▶ _What is being asked_
The stretch from the line with "v21 (41.274964,50.799956,-76.2)" through the line with "v23 (41.274964,4.762496,-76.2)" in the records below: write it out exactly, and nothing else.

▶ _Extracted data_
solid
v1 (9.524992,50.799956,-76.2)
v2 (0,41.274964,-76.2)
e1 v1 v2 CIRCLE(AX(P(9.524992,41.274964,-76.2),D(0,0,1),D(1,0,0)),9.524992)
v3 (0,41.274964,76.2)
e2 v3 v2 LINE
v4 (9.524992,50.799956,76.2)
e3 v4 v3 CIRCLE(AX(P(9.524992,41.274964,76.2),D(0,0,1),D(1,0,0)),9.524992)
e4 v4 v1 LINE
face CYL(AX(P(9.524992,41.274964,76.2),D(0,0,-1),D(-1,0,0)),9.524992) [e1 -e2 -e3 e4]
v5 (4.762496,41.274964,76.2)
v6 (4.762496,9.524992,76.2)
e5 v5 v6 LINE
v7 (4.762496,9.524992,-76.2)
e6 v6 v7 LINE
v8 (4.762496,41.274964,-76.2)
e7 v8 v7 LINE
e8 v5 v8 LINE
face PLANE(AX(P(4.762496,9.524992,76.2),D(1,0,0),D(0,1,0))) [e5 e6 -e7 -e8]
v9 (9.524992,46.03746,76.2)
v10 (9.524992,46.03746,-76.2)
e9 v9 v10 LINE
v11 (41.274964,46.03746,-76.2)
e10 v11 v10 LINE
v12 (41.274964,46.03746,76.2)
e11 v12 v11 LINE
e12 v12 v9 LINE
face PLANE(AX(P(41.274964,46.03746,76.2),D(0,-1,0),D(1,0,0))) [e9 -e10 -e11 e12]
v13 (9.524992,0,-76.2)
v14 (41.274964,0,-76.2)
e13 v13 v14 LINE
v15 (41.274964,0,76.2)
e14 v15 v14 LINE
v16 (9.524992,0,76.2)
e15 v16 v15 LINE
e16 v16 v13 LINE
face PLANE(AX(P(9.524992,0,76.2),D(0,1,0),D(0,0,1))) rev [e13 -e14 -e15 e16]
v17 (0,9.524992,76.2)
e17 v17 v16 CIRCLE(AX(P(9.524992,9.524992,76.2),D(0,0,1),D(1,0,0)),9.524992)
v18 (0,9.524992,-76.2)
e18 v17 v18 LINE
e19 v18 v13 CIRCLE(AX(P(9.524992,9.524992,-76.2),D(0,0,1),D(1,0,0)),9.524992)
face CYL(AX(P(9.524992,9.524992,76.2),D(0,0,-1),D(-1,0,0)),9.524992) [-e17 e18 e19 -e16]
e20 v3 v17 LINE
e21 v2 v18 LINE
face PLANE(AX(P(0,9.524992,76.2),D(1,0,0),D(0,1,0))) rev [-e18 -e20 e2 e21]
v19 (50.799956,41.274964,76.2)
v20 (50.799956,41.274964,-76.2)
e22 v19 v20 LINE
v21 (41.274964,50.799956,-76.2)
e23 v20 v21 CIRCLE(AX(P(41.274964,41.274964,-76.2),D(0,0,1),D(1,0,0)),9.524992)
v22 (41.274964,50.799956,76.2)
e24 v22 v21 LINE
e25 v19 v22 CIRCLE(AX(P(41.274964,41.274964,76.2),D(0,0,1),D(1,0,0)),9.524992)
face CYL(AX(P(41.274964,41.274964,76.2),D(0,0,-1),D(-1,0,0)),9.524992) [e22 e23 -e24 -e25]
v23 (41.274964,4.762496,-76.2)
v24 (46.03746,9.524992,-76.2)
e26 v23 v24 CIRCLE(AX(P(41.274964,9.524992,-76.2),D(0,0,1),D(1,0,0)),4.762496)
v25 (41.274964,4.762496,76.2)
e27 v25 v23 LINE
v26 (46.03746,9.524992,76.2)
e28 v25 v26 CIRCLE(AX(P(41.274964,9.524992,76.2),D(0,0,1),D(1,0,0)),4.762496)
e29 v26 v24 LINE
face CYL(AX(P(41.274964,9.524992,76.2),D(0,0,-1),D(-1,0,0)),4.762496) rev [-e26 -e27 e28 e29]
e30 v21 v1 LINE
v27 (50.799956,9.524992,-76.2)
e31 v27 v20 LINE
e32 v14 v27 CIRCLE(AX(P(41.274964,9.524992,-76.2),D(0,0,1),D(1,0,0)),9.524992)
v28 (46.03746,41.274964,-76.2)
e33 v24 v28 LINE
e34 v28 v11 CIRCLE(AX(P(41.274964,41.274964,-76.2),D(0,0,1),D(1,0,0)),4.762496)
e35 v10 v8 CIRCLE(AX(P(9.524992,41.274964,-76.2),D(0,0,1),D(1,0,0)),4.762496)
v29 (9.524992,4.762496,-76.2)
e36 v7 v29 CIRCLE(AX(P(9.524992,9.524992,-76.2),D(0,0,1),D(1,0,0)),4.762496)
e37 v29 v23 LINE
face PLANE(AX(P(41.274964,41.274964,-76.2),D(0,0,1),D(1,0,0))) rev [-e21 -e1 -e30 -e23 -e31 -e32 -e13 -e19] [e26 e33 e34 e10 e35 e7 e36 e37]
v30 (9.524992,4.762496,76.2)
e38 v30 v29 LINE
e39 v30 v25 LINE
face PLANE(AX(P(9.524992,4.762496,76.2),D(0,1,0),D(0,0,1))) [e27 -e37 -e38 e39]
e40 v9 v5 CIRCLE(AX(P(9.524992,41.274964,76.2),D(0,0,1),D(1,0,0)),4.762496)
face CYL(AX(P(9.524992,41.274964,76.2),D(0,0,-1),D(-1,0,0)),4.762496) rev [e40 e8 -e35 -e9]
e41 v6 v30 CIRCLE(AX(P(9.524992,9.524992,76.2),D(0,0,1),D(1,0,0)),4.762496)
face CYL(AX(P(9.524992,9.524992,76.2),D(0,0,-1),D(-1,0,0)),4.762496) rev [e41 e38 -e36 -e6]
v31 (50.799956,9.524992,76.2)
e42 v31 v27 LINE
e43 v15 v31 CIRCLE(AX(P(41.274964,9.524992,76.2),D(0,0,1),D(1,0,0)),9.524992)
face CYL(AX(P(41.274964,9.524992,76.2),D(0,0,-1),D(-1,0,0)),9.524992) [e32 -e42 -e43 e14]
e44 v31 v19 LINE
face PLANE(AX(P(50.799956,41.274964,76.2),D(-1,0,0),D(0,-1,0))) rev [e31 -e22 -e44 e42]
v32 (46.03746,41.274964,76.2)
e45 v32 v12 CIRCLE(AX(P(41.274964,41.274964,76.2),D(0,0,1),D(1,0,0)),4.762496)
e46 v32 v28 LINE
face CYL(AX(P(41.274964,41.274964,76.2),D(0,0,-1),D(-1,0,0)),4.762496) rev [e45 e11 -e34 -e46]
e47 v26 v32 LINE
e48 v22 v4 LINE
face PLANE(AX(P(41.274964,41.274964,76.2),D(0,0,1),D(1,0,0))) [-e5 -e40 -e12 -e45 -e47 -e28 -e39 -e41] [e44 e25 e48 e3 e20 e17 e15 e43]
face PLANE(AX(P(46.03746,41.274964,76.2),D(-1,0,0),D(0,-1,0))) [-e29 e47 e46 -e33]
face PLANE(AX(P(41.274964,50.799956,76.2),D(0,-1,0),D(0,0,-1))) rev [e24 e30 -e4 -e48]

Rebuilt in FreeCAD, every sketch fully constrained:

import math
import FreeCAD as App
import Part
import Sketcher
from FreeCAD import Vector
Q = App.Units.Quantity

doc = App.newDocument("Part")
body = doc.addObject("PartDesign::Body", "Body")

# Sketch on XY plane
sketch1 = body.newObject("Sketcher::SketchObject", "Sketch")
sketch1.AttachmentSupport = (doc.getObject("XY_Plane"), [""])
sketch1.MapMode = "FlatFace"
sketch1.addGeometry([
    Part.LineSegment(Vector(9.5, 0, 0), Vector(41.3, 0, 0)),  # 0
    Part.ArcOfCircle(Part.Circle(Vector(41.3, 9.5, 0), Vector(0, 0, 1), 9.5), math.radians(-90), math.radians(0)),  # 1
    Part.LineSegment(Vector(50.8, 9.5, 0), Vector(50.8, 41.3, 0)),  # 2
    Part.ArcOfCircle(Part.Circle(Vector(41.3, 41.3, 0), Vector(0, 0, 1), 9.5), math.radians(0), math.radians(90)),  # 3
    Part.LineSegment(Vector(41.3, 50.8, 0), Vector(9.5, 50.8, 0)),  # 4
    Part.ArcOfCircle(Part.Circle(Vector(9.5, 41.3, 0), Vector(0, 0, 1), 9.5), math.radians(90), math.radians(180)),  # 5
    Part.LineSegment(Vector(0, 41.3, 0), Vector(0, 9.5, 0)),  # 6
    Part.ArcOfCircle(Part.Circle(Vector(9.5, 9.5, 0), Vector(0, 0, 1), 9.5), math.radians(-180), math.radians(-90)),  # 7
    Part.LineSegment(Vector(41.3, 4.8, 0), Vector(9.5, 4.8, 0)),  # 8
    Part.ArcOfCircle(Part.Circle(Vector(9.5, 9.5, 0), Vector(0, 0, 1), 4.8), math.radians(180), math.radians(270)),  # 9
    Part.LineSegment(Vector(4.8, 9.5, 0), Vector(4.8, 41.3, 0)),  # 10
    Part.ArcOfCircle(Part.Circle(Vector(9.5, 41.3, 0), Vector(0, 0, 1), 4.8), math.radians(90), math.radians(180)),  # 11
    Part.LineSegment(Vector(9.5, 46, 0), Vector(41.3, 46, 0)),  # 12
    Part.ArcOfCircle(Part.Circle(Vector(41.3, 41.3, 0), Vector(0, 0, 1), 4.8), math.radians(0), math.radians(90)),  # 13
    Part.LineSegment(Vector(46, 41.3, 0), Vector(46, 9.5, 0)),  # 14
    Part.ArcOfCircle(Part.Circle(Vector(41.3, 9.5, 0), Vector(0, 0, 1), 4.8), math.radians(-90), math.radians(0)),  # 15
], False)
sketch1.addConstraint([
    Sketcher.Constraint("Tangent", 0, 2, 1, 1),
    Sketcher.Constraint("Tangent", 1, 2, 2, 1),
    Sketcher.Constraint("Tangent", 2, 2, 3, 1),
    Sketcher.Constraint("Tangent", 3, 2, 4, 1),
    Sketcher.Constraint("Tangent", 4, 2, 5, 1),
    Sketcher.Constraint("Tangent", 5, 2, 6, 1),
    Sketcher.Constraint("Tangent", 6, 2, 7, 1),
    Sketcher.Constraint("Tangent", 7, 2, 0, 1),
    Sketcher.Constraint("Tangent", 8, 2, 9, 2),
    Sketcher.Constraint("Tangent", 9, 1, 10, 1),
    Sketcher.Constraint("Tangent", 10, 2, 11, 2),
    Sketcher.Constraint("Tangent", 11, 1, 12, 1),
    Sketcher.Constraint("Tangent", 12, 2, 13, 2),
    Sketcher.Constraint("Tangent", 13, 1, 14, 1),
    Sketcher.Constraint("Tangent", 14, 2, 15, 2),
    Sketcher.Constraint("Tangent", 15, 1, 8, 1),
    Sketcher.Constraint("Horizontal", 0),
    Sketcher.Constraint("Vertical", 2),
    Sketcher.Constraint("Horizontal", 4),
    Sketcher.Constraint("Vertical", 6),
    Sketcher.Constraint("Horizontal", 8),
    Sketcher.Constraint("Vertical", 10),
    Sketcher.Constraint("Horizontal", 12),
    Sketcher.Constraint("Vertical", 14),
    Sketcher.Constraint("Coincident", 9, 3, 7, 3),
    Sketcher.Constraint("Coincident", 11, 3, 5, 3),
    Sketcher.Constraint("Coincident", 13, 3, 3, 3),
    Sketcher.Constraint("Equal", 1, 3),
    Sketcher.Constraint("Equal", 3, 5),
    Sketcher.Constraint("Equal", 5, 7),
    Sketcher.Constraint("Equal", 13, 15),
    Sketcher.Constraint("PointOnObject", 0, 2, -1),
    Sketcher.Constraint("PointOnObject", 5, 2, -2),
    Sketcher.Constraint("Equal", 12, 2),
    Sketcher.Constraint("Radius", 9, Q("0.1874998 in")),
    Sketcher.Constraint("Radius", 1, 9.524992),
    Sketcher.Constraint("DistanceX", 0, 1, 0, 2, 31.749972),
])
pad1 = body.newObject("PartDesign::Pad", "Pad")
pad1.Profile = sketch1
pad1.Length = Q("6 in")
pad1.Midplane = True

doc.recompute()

▶ _Answer to the exercise_
v21 (41.274964,50.799956,-76.2)
e23 v20 v21 CIRCLE(AX(P(41.274964,41.274964,-76.2),D(0,0,1),D(1,0,0)),9.524992)
v22 (41.274964,50.799956,76.2)
e24 v22 v21 LINE
e25 v19 v22 CIRCLE(AX(P(41.274964,41.274964,76.2),D(0,0,1),D(1,0,0)),9.524992)
face CYL(AX(P(41.274964,41.274964,76.2),D(0,0,-1),D(-1,0,0)),9.524992) [e22 e23 -e24 -e25]
v23 (41.274964,4.762496,-76.2)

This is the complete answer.